You might be able to compromise with a ravening wolf over a pork chop. You cannot "compromise" with the Congressional GOP; there's just nothing there but a reptile brain full of hateful shit and hunger.

I am pondering a New Year's Message post about the State of the Nation as I see it, but I wanted to take a moment at this point and just marvel that here we are, still mired in the Great Recession, and the Usual Idiots are fulminating and bloviating about deficits and all butt-hurt about raising taxes on the Uberrich.
Yeah, THOSE fuckers;
"That prompted a tall, extremely tanned blonde named Kay, from Old Greenwich, Connecticut, to ask Hassett, the co-­author of the 1999 book Dow 36,000, “So what do we do with our money?”

He recommended investing in real estate in another country, maybe in Central America somewhere. A woman to Kay’s right wrinkled her nose: How about a Western country? “Okay, if Europe is what you want, go to Poland,” he said optimistically. “Go to Krakow, buy a house for $50,000, and it’s going to be like Paris in a few years.”
The unchanged and unchanging reality is that while there are probably several truly wealthy Americans who are deeply committed to this nation and its democracy that the vast majority have no structural reason to be so.

The Rich have always been able to afford their own Nation.

The rest of us need some semblance of a functional polity to have a decent, non-Hobbsean existence. We need police and firefighters and we need to know that they are relatively honest and devoted to our community as a whole and not to its oligarchs. We need a relatively square deal from the legal system and its arbiters; we need to believe that when we come before a judge that what will weigh will be the matters of our case and not our origins or the contents of our purse (although this is already well in doubt - you needn't look hard at the U.S. judicial system to recognize that there is one law for the rich and another for the poor).

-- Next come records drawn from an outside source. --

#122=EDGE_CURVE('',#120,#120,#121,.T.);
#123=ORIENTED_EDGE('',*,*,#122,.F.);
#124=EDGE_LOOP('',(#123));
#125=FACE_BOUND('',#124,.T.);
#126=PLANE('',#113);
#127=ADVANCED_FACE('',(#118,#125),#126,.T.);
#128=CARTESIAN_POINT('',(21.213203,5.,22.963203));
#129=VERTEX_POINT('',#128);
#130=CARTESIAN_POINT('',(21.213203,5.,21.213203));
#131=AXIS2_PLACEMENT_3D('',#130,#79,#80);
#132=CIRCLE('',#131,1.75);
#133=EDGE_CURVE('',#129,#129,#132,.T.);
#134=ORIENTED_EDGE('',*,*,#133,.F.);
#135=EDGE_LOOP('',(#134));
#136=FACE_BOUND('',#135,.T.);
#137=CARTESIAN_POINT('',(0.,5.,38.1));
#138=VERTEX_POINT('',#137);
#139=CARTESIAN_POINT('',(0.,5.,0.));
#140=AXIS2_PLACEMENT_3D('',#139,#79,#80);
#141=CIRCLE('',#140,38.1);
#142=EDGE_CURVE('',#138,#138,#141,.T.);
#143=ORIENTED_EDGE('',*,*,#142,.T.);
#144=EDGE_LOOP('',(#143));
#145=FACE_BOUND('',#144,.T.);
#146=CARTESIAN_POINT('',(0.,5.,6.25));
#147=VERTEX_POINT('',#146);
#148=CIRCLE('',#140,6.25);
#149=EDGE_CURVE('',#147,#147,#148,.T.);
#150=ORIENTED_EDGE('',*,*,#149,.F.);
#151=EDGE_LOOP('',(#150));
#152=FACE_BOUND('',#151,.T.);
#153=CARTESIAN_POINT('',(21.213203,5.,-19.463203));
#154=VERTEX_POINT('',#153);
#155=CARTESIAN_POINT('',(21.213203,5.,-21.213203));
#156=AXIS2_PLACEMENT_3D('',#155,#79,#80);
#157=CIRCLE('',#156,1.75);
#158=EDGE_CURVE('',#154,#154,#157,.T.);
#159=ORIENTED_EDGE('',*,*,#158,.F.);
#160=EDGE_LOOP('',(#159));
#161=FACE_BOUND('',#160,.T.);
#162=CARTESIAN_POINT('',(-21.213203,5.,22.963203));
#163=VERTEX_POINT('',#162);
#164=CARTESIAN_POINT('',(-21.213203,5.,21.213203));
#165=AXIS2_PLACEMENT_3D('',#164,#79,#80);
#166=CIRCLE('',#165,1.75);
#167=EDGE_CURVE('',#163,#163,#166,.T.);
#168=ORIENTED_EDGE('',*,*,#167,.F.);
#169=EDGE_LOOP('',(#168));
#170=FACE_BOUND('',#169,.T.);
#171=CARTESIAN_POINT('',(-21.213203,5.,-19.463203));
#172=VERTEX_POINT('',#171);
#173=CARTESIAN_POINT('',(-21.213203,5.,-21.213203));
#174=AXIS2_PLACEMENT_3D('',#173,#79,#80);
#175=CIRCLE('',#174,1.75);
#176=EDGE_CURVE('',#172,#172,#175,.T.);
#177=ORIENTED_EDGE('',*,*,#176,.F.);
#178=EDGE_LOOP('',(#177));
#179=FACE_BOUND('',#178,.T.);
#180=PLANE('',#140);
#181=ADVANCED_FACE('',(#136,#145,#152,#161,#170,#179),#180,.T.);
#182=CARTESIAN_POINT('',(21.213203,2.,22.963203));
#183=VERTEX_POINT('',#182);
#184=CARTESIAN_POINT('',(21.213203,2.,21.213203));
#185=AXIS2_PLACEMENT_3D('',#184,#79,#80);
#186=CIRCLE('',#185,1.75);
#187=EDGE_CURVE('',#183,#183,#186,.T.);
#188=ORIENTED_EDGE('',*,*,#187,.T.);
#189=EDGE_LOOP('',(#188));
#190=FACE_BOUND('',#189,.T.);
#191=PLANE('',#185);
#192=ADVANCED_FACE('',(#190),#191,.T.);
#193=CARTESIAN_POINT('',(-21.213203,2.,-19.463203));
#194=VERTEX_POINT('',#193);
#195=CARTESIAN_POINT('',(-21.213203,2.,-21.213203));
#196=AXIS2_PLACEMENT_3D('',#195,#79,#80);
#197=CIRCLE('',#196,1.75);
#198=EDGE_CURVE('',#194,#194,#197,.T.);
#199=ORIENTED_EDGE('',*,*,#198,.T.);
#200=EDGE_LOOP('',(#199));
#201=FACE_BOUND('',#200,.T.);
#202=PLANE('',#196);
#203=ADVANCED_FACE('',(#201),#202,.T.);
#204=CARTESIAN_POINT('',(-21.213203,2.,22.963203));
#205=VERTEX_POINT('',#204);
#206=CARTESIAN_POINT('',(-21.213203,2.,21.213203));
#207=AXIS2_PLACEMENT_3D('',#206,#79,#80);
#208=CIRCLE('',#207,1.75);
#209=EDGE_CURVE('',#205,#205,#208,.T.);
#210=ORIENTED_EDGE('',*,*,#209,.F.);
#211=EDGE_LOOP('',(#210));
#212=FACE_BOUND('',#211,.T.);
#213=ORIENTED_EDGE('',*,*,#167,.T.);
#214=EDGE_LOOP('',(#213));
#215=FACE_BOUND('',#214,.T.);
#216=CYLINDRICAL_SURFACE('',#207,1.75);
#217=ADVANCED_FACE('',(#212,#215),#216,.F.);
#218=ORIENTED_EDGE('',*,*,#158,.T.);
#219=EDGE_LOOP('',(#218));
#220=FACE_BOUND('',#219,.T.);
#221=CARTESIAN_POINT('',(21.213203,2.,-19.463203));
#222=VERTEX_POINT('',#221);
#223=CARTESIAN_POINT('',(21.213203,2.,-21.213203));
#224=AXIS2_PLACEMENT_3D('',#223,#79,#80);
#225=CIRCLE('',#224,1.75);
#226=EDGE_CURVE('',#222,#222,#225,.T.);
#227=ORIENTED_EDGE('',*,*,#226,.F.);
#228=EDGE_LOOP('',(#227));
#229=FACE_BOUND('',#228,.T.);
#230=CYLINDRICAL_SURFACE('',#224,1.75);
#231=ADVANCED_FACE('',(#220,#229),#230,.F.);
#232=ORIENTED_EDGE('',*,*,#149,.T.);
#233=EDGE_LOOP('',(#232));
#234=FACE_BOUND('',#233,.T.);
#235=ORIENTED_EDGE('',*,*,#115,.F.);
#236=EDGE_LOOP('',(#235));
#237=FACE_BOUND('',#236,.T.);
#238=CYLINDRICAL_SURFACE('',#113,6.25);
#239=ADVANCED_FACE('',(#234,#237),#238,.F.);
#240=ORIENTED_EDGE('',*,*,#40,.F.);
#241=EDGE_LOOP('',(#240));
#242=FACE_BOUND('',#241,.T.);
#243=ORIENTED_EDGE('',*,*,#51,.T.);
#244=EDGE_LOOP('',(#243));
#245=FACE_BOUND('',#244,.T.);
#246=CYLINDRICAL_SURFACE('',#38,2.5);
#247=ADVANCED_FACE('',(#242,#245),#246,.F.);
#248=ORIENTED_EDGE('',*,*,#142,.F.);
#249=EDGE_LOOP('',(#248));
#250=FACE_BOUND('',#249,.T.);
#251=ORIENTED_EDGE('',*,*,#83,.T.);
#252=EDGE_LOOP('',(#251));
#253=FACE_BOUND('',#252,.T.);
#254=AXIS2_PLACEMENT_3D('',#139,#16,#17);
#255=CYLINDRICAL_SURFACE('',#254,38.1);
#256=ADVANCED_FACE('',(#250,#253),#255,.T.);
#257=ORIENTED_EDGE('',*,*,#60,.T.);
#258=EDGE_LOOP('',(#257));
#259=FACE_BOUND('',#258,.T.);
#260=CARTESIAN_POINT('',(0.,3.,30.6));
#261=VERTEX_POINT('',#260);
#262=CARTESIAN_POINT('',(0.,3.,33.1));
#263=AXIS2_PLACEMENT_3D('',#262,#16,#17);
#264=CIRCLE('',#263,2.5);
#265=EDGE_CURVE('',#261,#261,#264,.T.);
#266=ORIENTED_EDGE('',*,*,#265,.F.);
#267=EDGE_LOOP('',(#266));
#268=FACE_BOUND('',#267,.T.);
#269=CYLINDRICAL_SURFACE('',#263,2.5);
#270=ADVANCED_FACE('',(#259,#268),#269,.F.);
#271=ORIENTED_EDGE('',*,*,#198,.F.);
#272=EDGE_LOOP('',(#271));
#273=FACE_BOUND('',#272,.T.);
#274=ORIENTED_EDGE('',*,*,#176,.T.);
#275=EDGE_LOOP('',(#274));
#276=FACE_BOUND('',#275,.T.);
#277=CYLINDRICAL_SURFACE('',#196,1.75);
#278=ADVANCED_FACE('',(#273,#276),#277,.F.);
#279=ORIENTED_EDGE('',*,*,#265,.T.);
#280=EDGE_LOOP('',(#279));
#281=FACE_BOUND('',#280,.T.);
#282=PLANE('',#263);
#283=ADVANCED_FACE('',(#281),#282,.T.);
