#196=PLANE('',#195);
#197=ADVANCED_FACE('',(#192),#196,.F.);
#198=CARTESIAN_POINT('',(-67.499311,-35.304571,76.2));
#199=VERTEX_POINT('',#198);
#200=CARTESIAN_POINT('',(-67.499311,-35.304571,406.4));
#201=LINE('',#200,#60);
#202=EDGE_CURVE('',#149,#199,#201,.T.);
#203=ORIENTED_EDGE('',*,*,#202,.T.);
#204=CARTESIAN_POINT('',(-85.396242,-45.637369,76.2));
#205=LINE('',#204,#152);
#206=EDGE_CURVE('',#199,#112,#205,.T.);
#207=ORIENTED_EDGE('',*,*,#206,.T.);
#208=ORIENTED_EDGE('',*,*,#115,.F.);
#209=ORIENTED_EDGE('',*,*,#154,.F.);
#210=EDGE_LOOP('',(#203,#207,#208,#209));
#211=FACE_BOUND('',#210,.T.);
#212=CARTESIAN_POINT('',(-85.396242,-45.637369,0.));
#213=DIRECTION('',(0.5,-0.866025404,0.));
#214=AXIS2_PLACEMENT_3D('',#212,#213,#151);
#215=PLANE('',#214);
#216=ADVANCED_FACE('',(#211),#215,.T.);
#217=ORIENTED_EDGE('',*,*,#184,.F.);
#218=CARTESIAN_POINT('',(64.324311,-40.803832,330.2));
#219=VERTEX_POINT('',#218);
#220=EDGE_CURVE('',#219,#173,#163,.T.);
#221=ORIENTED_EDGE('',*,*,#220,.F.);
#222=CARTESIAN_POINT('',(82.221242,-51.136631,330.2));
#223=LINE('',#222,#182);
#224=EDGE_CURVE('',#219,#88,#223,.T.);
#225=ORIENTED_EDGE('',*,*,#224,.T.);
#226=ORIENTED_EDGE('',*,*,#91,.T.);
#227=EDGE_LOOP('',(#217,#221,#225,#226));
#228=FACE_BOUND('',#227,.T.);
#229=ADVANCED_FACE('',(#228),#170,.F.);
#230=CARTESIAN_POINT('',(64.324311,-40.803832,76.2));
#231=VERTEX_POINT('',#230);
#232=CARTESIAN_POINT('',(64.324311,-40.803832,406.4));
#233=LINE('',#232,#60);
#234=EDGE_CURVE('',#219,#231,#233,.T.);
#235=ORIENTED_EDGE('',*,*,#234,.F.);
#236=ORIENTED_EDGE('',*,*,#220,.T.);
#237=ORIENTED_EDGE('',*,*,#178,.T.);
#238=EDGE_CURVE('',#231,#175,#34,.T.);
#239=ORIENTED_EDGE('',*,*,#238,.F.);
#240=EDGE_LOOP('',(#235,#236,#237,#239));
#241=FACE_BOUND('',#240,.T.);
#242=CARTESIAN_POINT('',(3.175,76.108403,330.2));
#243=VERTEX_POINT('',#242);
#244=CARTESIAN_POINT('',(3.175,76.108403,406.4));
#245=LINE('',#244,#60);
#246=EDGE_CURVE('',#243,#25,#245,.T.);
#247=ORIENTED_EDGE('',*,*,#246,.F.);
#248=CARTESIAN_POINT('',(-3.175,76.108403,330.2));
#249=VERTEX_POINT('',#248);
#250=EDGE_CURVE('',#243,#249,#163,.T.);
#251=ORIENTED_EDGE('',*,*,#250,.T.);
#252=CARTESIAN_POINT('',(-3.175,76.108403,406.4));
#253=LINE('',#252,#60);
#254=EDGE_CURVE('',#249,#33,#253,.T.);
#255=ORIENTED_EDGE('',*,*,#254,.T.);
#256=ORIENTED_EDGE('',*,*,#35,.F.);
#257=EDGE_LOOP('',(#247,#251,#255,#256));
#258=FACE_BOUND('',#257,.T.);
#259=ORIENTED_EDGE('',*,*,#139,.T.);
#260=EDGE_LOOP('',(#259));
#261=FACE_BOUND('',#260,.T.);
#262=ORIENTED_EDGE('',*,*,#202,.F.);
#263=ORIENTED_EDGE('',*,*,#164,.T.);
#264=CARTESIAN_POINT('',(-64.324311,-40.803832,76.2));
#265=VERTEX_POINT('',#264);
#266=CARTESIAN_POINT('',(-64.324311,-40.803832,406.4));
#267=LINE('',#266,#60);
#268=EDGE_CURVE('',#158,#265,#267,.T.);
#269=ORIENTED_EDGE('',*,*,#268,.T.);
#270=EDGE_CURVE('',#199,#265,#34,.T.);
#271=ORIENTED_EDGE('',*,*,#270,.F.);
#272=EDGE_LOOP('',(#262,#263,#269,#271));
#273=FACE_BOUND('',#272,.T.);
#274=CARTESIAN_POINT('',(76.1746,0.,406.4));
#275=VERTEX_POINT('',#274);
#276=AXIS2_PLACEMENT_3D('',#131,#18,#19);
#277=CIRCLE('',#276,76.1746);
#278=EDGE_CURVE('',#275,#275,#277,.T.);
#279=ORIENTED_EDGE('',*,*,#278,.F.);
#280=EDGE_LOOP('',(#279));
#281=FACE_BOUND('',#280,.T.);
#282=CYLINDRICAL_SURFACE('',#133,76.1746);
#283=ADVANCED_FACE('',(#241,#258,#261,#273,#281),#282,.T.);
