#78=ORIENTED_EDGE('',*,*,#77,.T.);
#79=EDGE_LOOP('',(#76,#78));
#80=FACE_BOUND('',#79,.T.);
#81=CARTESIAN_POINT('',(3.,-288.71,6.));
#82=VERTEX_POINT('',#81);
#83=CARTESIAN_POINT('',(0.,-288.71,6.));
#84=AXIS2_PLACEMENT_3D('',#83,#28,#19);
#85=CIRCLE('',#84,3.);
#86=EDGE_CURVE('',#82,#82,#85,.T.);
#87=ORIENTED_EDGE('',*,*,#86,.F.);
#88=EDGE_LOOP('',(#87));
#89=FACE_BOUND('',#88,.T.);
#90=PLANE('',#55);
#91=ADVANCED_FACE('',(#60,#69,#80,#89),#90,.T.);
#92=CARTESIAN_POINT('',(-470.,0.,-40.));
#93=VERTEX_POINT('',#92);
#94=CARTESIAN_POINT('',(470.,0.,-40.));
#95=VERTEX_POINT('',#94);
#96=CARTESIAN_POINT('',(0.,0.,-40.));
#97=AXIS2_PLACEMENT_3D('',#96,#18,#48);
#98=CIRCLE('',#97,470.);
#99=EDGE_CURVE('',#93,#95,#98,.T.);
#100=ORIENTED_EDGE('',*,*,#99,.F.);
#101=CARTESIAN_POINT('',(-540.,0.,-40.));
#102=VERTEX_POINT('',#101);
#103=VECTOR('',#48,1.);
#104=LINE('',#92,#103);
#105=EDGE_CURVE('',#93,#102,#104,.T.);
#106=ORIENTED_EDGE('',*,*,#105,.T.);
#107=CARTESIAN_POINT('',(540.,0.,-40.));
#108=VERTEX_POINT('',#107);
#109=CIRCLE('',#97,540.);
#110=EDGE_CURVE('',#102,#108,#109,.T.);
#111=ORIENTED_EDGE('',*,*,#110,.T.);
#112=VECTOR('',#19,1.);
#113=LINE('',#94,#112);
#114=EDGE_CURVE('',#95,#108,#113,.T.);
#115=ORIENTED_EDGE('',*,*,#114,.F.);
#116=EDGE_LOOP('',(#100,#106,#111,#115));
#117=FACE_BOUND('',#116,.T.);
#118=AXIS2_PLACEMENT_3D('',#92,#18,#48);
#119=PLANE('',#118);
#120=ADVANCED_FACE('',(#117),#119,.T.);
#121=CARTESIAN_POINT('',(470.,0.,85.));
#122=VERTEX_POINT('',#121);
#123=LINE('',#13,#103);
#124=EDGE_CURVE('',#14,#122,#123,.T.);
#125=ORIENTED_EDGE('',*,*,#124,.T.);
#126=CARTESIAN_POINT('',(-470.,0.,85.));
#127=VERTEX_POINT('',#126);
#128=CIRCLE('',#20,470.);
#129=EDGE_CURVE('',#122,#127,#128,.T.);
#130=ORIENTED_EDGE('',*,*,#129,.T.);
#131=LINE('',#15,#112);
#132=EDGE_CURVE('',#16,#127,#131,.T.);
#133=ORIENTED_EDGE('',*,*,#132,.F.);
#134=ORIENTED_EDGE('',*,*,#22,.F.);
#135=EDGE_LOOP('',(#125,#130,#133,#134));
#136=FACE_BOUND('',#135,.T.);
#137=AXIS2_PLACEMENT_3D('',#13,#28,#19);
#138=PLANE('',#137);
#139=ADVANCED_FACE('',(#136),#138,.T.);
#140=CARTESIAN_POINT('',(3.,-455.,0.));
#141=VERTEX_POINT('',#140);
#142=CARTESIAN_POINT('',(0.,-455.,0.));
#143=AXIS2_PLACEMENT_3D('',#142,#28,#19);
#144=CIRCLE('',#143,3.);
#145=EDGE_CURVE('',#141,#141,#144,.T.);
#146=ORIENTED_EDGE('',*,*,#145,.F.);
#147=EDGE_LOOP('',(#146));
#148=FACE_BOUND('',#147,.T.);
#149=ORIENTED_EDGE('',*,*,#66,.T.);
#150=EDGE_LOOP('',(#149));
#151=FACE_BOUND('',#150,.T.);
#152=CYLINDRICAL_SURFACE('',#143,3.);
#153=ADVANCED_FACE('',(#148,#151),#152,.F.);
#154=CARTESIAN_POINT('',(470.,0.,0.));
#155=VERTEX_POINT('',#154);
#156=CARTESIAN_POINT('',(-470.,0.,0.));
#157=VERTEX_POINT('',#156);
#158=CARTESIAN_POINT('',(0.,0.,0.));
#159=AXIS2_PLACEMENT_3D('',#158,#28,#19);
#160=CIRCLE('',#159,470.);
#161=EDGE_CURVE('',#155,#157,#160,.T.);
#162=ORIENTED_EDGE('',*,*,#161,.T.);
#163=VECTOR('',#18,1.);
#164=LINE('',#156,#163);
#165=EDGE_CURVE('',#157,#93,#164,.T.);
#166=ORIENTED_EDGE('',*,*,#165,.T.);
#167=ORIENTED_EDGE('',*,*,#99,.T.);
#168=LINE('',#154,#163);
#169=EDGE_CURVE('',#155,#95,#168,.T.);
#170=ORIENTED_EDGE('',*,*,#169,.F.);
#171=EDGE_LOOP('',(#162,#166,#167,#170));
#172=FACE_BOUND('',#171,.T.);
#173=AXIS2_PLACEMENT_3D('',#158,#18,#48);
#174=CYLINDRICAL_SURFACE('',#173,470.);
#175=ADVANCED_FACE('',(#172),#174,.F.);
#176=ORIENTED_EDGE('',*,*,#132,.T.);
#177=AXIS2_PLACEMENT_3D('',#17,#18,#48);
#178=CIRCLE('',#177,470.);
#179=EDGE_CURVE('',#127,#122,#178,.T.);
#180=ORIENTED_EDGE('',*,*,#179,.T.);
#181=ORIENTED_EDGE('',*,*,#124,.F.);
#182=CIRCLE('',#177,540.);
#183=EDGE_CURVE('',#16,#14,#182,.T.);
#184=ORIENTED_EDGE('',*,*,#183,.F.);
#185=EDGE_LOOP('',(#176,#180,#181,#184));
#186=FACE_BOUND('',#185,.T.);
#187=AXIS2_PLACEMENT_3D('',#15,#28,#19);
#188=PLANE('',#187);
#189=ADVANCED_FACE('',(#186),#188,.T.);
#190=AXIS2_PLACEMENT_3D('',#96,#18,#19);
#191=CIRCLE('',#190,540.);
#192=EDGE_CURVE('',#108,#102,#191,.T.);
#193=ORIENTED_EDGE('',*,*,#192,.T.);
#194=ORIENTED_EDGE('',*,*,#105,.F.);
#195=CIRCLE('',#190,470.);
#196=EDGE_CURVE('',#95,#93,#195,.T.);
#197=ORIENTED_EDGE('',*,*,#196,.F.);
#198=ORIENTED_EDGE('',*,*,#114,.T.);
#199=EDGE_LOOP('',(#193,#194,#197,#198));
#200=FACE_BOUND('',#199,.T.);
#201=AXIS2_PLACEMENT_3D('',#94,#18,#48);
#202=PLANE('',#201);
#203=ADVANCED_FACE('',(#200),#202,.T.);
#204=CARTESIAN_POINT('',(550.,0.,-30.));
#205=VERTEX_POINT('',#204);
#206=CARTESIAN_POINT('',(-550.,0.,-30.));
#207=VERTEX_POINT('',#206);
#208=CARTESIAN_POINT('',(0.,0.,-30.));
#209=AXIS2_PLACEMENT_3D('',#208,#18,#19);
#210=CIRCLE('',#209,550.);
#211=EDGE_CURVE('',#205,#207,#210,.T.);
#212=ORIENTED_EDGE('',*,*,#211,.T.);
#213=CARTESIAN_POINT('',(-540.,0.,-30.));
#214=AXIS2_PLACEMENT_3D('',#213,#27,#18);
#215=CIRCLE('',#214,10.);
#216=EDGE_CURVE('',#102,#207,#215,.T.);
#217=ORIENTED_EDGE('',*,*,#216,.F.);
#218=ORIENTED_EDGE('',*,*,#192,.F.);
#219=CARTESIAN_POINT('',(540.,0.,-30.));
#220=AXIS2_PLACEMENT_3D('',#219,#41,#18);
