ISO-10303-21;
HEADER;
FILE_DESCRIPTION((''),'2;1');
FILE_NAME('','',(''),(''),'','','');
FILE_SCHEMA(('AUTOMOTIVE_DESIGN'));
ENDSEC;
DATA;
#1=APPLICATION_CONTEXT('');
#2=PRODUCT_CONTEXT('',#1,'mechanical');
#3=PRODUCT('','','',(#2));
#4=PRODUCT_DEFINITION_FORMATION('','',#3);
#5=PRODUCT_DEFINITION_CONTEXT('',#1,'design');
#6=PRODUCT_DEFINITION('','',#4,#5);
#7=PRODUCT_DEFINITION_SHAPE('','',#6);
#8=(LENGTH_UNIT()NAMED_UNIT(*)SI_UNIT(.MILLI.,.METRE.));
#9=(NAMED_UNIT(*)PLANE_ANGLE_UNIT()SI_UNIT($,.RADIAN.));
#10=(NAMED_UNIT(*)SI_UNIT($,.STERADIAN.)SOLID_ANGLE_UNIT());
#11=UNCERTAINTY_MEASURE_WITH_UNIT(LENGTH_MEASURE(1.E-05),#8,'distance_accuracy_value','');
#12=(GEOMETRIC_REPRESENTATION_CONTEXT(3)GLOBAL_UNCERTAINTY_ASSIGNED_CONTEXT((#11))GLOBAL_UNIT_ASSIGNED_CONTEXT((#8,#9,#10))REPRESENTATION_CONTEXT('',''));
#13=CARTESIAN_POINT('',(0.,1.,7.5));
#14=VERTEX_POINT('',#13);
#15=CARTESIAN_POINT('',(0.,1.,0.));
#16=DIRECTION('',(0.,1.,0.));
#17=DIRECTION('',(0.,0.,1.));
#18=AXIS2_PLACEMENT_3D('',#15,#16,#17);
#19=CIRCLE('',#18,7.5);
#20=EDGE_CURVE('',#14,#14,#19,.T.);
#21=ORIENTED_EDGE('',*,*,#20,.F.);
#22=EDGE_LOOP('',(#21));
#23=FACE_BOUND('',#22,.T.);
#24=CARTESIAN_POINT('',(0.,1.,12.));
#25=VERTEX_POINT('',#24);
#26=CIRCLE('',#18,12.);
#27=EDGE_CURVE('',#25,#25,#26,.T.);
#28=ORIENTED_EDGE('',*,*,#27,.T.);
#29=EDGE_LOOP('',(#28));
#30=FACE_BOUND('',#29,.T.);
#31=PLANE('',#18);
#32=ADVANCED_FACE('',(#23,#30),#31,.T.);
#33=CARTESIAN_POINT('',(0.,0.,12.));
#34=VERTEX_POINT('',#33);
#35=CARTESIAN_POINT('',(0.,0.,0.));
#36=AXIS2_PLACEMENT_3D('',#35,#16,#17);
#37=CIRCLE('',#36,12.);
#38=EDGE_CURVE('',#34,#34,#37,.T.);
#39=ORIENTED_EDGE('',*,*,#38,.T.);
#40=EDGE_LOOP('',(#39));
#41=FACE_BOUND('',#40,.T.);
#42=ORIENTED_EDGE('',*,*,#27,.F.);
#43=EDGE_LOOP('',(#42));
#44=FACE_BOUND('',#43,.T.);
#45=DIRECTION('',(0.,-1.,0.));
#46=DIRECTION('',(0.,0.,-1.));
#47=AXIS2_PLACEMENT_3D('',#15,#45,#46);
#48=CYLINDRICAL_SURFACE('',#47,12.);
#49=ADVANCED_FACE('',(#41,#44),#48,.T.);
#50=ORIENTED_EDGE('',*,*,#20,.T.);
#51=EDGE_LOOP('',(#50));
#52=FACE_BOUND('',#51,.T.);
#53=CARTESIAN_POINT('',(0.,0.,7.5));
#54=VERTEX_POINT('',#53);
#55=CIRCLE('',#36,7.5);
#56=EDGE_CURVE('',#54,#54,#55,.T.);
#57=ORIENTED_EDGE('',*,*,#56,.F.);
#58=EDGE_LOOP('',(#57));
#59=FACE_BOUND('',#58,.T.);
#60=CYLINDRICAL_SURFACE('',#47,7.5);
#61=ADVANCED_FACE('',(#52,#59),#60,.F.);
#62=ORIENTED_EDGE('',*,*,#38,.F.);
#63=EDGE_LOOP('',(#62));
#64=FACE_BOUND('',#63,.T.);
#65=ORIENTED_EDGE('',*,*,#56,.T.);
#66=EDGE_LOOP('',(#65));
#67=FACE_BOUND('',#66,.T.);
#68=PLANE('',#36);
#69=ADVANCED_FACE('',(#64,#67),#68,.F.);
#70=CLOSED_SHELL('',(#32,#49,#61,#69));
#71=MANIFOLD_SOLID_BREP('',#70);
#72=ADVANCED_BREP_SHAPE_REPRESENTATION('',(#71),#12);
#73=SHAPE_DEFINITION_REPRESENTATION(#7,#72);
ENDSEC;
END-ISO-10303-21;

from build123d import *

# Parameters (mm, degrees)
SKETCH1_R         = 12
SKETCH1_R_2       = 7.5
PDMS_GASKET_DEPTH = 1


with BuildPart() as part:
    # Sketch1 → PDMS Gasket (new body)
    with BuildSketch(Plane(origin=(0, 0, 0), x_dir=(1, 0, 0), z_dir=(0, 1, 0))):
        Circle(SKETCH1_R)
        Circle(SKETCH1_R_2, mode=Mode.SUBTRACT)
    extrude(amount=PDMS_GASKET_DEPTH)


solid = part.part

We need a government that cares whether we eat clean food, drink clean water, and breathe clean air because we have neither the breadth of information nor the depth of wealth to fight back those who would befoul all three.

For the wealthy all this is a frippery. They don't need this "government"; they can purchase access to safety, to health, to cleanliness. They are free to roam the wide Earth in search of places to make their monies; we are, most of us, tied to where we live now. If that place goes to hell we are trapped in Hell; our plutocratic Lords can flit away as easily as a camel may leap through the eye of a needle.

So I gaze with scorn and loathing upon the gyrations of the Powers that Be along the Potomac now so fretfully aquiver over the notion that our domestic satrapy might be forced to wring another penny or three from their bulging moneybags.

Whilst in the streets the jobless stand in endless lines and below the overhangs and beneath the bridges the women and children stare with empty eyes at the pitiless rain that washes their future away before it.
Go over the "cliff", then, goddamn it.

Let us leap out into the unknown before we "compromise" so much as one more wretched cent to the grasping Midases we have already so wrenchingly enriched.